Work item:
Look through the data below, and copy each line that carries the word "DIRECTION".

The data:
--- --- ---
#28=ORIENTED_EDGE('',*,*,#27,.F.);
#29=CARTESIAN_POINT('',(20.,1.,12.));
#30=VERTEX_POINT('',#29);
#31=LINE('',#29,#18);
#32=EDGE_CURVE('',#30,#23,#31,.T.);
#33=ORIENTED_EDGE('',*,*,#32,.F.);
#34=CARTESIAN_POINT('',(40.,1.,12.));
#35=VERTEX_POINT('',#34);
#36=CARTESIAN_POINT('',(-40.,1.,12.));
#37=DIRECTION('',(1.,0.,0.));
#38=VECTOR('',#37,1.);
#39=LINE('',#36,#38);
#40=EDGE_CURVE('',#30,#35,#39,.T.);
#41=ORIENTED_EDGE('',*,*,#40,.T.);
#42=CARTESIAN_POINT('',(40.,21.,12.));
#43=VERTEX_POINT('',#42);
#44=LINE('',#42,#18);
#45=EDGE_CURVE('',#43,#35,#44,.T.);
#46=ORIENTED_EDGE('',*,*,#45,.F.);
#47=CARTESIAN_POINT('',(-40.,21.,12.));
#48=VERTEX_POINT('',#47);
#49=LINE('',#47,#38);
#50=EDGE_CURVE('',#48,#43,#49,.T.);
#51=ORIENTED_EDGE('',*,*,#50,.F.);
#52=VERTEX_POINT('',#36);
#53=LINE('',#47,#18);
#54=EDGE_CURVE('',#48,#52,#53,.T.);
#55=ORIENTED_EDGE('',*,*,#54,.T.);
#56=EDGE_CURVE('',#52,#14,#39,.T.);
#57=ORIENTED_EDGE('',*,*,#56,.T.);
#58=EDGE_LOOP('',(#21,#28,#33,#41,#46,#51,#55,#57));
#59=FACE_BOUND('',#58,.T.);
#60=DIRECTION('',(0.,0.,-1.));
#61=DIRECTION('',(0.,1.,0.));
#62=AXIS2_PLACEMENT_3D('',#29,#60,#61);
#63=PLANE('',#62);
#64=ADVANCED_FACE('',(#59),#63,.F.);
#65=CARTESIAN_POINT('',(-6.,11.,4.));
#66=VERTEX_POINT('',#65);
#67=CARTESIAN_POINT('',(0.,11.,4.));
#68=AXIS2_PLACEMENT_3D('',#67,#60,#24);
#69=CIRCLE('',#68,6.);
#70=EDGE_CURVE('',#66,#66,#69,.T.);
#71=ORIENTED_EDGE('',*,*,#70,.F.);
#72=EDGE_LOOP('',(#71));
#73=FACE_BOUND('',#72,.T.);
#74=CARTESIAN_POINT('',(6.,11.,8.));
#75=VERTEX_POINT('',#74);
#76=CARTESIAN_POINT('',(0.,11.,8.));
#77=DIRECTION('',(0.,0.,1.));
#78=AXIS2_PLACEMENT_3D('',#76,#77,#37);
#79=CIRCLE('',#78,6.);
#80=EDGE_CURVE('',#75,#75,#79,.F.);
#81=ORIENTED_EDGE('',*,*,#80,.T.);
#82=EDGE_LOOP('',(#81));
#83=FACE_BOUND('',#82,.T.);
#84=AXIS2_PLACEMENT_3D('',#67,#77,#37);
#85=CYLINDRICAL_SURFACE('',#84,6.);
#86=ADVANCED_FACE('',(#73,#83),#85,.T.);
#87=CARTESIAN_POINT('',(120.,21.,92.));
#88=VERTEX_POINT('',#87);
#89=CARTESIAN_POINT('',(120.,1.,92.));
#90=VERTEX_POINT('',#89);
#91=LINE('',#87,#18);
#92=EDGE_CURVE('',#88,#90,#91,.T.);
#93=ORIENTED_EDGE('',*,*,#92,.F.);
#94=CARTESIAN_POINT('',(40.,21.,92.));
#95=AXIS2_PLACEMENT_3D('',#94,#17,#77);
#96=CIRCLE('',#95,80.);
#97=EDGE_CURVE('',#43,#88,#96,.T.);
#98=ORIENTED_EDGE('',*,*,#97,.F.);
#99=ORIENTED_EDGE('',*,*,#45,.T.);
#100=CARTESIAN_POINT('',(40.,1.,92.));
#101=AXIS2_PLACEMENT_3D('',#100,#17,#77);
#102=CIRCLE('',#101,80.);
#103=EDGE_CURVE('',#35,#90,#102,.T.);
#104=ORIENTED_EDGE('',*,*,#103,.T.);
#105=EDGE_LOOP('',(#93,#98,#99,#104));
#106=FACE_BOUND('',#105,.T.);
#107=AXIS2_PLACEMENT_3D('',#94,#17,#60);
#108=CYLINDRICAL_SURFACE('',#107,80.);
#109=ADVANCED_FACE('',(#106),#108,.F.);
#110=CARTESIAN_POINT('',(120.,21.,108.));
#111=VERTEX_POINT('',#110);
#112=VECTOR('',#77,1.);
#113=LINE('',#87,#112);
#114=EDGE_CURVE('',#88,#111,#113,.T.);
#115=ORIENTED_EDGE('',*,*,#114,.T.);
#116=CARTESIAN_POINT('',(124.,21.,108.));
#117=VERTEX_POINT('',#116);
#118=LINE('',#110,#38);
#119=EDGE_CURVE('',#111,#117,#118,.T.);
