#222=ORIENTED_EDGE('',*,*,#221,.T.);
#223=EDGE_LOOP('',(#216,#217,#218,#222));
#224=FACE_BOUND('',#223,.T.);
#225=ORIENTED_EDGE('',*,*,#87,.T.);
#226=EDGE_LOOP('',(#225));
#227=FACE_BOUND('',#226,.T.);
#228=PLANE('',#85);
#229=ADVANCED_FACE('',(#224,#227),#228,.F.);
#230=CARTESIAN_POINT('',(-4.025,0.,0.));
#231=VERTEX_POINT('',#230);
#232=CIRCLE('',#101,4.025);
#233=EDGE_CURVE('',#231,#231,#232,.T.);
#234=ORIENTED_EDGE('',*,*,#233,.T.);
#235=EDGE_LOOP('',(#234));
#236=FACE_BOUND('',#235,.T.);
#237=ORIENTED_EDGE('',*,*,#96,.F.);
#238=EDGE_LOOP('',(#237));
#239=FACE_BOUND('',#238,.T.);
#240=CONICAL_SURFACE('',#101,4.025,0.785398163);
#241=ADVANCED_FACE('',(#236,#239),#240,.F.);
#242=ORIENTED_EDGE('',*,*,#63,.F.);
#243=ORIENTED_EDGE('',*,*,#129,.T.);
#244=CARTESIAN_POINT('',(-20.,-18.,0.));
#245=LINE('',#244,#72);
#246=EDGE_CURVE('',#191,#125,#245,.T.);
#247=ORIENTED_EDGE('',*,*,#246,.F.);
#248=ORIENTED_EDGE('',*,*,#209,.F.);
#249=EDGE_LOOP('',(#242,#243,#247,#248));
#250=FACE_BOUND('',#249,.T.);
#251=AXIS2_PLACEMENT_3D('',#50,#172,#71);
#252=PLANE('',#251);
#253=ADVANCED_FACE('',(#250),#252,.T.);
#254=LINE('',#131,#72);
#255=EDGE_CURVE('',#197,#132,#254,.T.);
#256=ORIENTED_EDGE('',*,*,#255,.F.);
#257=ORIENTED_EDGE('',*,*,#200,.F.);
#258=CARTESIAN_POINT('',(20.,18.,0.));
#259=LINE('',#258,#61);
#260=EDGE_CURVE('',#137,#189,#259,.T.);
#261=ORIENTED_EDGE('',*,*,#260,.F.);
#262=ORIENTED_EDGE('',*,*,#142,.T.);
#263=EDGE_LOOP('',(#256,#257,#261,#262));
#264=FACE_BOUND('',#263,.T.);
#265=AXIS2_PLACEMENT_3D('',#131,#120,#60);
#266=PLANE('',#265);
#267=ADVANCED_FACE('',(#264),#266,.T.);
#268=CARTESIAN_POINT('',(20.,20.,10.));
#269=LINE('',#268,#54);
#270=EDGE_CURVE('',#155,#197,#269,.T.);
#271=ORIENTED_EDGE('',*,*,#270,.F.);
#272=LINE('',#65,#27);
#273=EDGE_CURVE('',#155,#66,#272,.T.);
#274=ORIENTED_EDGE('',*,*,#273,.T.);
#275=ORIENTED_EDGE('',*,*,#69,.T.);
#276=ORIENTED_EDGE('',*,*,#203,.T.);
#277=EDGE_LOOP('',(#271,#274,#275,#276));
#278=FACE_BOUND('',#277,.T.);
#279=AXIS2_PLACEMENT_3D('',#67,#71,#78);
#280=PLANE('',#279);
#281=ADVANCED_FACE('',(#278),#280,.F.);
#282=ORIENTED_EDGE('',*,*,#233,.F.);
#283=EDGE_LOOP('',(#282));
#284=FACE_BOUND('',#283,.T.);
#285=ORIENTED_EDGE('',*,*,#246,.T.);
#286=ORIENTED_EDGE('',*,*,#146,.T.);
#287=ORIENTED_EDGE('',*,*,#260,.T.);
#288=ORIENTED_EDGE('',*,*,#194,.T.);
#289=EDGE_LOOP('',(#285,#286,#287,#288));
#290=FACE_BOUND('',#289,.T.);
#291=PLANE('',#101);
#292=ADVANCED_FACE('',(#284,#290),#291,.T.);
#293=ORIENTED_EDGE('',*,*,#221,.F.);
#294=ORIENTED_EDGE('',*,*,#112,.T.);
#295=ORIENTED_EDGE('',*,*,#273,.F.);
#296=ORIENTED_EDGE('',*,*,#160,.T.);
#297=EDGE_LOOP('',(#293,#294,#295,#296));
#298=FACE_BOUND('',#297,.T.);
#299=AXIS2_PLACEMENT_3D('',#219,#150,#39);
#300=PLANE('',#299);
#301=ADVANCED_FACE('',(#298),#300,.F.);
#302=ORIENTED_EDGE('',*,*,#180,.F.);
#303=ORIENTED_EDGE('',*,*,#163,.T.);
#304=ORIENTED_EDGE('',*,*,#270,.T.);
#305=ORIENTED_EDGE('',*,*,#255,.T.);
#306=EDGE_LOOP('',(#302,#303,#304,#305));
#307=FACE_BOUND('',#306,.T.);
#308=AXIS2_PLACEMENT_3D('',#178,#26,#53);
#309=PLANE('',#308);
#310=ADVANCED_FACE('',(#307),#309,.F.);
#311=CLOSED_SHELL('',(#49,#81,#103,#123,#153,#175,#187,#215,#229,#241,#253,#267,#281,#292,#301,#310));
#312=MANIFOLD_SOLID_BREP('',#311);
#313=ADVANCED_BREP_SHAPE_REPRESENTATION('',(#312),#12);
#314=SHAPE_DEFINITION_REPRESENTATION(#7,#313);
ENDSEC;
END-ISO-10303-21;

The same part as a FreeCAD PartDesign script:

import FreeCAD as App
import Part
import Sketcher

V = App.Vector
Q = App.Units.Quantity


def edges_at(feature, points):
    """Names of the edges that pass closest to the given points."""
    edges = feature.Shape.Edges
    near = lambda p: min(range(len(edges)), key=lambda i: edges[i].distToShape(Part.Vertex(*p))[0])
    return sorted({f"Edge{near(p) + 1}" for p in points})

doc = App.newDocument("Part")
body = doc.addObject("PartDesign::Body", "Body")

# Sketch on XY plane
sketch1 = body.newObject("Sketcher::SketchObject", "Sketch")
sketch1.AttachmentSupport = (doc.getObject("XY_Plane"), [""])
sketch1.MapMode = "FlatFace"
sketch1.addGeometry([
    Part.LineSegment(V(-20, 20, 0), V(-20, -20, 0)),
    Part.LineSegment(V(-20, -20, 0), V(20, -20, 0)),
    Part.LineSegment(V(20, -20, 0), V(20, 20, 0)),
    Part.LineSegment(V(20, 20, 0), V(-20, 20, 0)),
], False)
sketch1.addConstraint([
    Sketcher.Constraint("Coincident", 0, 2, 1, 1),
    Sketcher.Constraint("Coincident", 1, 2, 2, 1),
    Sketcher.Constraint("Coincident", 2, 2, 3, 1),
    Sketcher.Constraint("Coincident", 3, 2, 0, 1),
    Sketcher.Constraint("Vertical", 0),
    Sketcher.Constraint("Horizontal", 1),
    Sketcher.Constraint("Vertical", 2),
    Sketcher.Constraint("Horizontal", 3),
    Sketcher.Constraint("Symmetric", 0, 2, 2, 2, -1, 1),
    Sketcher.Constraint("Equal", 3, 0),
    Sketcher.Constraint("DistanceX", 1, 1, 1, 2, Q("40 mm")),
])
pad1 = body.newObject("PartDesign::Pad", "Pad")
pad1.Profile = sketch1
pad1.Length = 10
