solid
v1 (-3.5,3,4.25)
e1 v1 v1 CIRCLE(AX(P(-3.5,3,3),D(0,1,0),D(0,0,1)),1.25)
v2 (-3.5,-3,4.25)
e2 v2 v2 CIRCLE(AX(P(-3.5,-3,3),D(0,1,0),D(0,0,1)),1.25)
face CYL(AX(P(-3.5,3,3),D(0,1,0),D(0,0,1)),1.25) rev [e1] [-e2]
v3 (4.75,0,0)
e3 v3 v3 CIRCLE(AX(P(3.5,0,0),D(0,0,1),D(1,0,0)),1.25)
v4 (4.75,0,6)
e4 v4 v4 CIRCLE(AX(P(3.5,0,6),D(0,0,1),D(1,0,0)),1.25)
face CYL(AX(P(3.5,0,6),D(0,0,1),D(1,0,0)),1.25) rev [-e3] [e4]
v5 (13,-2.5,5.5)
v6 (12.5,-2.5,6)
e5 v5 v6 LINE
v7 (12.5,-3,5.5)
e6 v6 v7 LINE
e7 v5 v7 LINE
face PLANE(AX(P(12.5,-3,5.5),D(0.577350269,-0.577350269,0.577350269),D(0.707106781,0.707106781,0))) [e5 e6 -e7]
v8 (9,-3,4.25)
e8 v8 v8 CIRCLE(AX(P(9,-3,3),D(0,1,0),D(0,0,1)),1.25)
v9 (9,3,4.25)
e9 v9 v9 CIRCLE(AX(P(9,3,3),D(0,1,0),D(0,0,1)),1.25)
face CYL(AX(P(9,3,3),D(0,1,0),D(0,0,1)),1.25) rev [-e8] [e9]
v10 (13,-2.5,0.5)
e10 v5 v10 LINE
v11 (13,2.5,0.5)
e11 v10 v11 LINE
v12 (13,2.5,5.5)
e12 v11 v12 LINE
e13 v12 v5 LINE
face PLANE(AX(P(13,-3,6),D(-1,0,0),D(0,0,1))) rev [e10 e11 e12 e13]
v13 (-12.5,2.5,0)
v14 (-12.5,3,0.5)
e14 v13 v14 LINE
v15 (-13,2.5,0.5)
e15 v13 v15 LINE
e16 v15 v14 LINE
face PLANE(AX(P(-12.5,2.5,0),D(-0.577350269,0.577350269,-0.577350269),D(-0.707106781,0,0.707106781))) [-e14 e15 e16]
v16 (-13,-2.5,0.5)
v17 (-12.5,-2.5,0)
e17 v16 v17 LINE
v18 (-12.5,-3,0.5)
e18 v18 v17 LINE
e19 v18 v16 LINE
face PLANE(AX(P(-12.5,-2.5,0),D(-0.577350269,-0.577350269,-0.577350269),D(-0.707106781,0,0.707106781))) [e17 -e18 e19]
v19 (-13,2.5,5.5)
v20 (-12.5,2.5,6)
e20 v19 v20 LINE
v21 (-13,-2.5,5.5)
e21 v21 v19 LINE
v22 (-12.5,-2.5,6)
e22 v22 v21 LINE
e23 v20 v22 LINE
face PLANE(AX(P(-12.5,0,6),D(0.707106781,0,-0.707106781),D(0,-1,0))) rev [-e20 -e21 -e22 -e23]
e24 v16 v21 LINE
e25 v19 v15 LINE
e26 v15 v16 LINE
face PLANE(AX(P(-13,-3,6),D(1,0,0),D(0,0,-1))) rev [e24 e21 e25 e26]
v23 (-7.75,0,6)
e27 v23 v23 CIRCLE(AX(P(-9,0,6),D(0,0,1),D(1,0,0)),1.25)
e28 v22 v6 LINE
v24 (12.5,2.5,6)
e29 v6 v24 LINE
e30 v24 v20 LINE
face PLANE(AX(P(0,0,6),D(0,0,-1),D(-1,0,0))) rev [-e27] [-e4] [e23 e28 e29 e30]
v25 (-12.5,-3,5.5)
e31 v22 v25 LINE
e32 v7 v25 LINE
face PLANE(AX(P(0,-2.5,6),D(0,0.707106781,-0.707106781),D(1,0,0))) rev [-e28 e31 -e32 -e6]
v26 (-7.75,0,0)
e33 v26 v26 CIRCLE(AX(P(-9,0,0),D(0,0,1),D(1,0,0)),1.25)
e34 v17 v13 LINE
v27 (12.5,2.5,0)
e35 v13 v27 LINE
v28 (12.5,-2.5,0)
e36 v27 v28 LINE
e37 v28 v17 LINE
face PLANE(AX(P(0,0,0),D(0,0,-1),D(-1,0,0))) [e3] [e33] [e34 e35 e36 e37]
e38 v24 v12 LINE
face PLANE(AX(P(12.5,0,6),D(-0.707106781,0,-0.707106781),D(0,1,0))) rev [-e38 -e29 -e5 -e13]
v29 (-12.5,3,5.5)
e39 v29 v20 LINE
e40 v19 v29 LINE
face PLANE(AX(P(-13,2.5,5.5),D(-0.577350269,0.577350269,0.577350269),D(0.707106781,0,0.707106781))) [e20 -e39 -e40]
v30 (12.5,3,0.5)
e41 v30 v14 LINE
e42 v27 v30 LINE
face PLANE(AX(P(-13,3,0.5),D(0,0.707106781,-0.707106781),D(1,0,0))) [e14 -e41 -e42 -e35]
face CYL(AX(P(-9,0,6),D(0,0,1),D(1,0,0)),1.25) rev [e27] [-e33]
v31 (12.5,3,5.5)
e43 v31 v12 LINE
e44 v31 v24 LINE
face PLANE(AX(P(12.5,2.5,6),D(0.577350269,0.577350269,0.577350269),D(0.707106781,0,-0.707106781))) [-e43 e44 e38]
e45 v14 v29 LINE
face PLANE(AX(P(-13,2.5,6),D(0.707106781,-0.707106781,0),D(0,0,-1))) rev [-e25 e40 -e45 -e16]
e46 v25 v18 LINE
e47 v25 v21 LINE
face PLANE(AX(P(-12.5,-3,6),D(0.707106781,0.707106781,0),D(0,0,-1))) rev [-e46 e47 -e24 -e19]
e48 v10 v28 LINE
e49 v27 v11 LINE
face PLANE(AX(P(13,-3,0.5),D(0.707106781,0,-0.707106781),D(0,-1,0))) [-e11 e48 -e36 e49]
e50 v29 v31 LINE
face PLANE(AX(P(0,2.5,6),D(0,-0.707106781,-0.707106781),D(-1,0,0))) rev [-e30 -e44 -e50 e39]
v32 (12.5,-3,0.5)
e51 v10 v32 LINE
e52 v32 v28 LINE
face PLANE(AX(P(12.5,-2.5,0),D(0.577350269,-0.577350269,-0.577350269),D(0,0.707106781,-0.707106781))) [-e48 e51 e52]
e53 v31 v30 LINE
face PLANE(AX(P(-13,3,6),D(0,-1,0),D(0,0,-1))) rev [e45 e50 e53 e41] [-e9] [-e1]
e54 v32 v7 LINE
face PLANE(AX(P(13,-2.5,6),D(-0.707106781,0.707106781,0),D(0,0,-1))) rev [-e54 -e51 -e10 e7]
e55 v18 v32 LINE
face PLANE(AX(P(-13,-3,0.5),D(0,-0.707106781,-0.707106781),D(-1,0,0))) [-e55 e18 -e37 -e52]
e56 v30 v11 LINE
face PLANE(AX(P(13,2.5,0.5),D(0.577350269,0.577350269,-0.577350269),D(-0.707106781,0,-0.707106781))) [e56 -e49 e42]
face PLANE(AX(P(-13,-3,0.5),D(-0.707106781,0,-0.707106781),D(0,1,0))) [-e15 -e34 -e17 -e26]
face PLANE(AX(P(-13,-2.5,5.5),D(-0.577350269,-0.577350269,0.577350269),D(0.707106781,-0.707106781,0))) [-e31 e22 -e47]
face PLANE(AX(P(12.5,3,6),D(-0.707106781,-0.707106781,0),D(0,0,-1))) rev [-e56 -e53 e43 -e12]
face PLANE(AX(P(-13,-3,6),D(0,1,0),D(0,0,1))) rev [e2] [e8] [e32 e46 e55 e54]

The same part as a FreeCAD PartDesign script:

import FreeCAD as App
import Part
import Sketcher

V = App.Vector
Q = App.Units.Quantity

doc = App.newDocument("Part")
params = doc.addObject("Spreadsheet::Sheet", "Params")
for row, (alias, value) in enumerate([
    ("sketch1_width", "26 mm"),
    ("sketch1_height", "6 mm"),
    ("pad1_length", "6 mm"),
    ("chamfer_size", "0.5 mm"),
    ("sketch2_diameter", "2.5 mm"),
    ("hole_diameter", "2.5 mm"),
    ("sketch3_diameter", "2.5 mm"),
    ("hole2_diameter", "2.5 mm"),
], start=1):
    params.set(f"A{row}", alias)
    params.set(f"B{row}", "=" + value)
    params.setAlias(f"B{row}", alias)

body = doc.addObject("PartDesign::Body", "Body")

# Sketch on XY plane
sketch1 = body.newObject("Sketcher::SketchObject", "Sketch")
sketch1.AttachmentSupport = (doc.getObject("XY_Plane"), [""])
sketch1.MapMode = "FlatFace"
sketch1.addGeometry([
    Part.LineSegment(V(-13, 3, 0), V(-13, -3, 0)),
    Part.LineSegment(V(-13, -3, 0), V(13, -3, 0)),
    Part.LineSegment(V(13, -3, 0), V(13, 3, 0)),
    Part.LineSegment(V(13, 3, 0), V(-13, 3, 0)),
], False)
sketch1.addConstraint([
    Sketcher.Constraint("Coincident", 0, 2, 1, 1),
    Sketcher.Constraint("Coincident", 1, 2, 2, 1),
    Sketcher.Constraint("Coincident", 2, 2, 3, 1),
    Sketcher.Constraint("Coincident", 3, 2, 0, 1),
    Sketcher.Constraint("Vertical", 0),
    Sketcher.Constraint("Horizontal", 1),
    Sketcher.Constraint("Vertical", 2),
    Sketcher.Constraint("Horizontal", 3),
    Sketcher.Constraint("Symmetric", 0, 2, 2, 2, -1, 1),
    Sketcher.Constraint("DistanceX", 1, 1, 1, 2, Q("26 mm")),
    Sketcher.Constraint("DistanceY", 0, 2, 0, 1, Q("6 mm")),
])
sketch1.setExpression("Constraints[9]", "Params.sketch1_width")
sketch1.setExpression("Constraints[10]", "Params.sketch1_height")
pad1 = body.newObject("PartDesign::Pad", "Pad")
pad1.Profile = sketch1
pad1.setExpression("Length", "Params.pad1_length")
doc.recompute()

chamfer = body.newObject("PartDesign::Chamfer", "Chamfer")
chamfer.Base = (pad1, ["Edge1"])
chamfer.UseAllEdges = True
chamfer.setExpression("Size", "Params.chamfer_size")

# Sketch on XY plane
sketch2 = body.newObject("Sketcher::SketchObject", "Sketch001")
sketch2.AttachmentSupport = (doc.getObject("XY_Plane"), [""])
sketch2.MapMode = "FlatFace"
sketch2.AttachmentOffset = App.Placement(V(0, 0, 6), App.Rotation())
sketch2.addGeometry([
    Part.Circle(V(-9, 0, 0), V(0, 0, 1), 1.25),
    Part.Circle(V(3.5, 0, 0), V(0, 0, 1), 1.25),
], False)
sketch2.addConstraint([
    Sketcher.Constraint("Equal", 0, 1),
    Sketcher.Constraint("PointOnObject", 0, 3, -1),
    Sketcher.Constraint("PointOnObject", 1, 3, -1),
    Sketcher.Constraint("Diameter", 0, Q("2.5 mm")),
    Sketcher.Constraint("DistanceX", 0, 3, -1, 1, Q("9 mm")),
    Sketcher.Constraint("DistanceX", -1, 1, 1, 3, Q("3.5 mm")),
])
sketch2.setExpression("Constraints[3]", "Params.sketch2_diameter")
doc.recompute()
hole = body.newObject("PartDesign::Hole", "Hole")
hole.Profile = sketch2
hole.ThreadType = "None"
hole.setExpression("Diameter", "Params.hole_diameter")
hole.DepthType = "ThroughAll"

# Sketch on XZ plane
sketch3 = body.newObject("Sketcher::SketchObject", "Sketch002")
sketch3.AttachmentSupport = (doc.getObject("XZ_Plane"), [""])
sketch3.MapMode = "FlatFace"
sketch3.AttachmentOffset = App.Placement(V(0, 0, -3), App.Rotation())
sketch3.addGeometry([
    Part.Circle(V(-3.5, 3, 0), V(0, 0, 1), 1.25),
    Part.Circle(V(9, 3, 0), V(0, 0, 1), 1.25),
], False)
sketch3.addConstraint([
    Sketcher.Constraint("Equal", 0, 1),
    Sketcher.Constraint("Horizontal", 0, 3, 1, 3),
    Sketcher.Constraint("Diameter", 0, Q("2.5 mm")),
    Sketcher.Constraint("DistanceY", -1, 1, 0, 3, Q("3 mm")),
    Sketcher.Constraint("DistanceX", -1, 1, 1, 3, Q("9 mm")),
    Sketcher.Constraint("DistanceX", 0, 3, -1, 1, Q("3.5 mm")),
])
sketch3.setExpression("Constraints[2]", "Params.sketch3_diameter")
doc.recompute()
hole2 = body.newObject("PartDesign::Hole", "Hole001")
hole2.Profile = sketch3
hole2.ThreadType = "None"
hole2.setExpression("Diameter", "Params.hole2_diameter")
hole2.DepthType = "ThroughAll"
hole2.Reversed = True

doc.recompute()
--- --- ---
Solution for this exercise:
#37=DIRECTION('',(1.,0.,0.));
#60=DIRECTION('',(0.,0.,-1.));
#61=DIRECTION('',(0.,1.,0.));
#77=DIRECTION('',(0.,0.,1.));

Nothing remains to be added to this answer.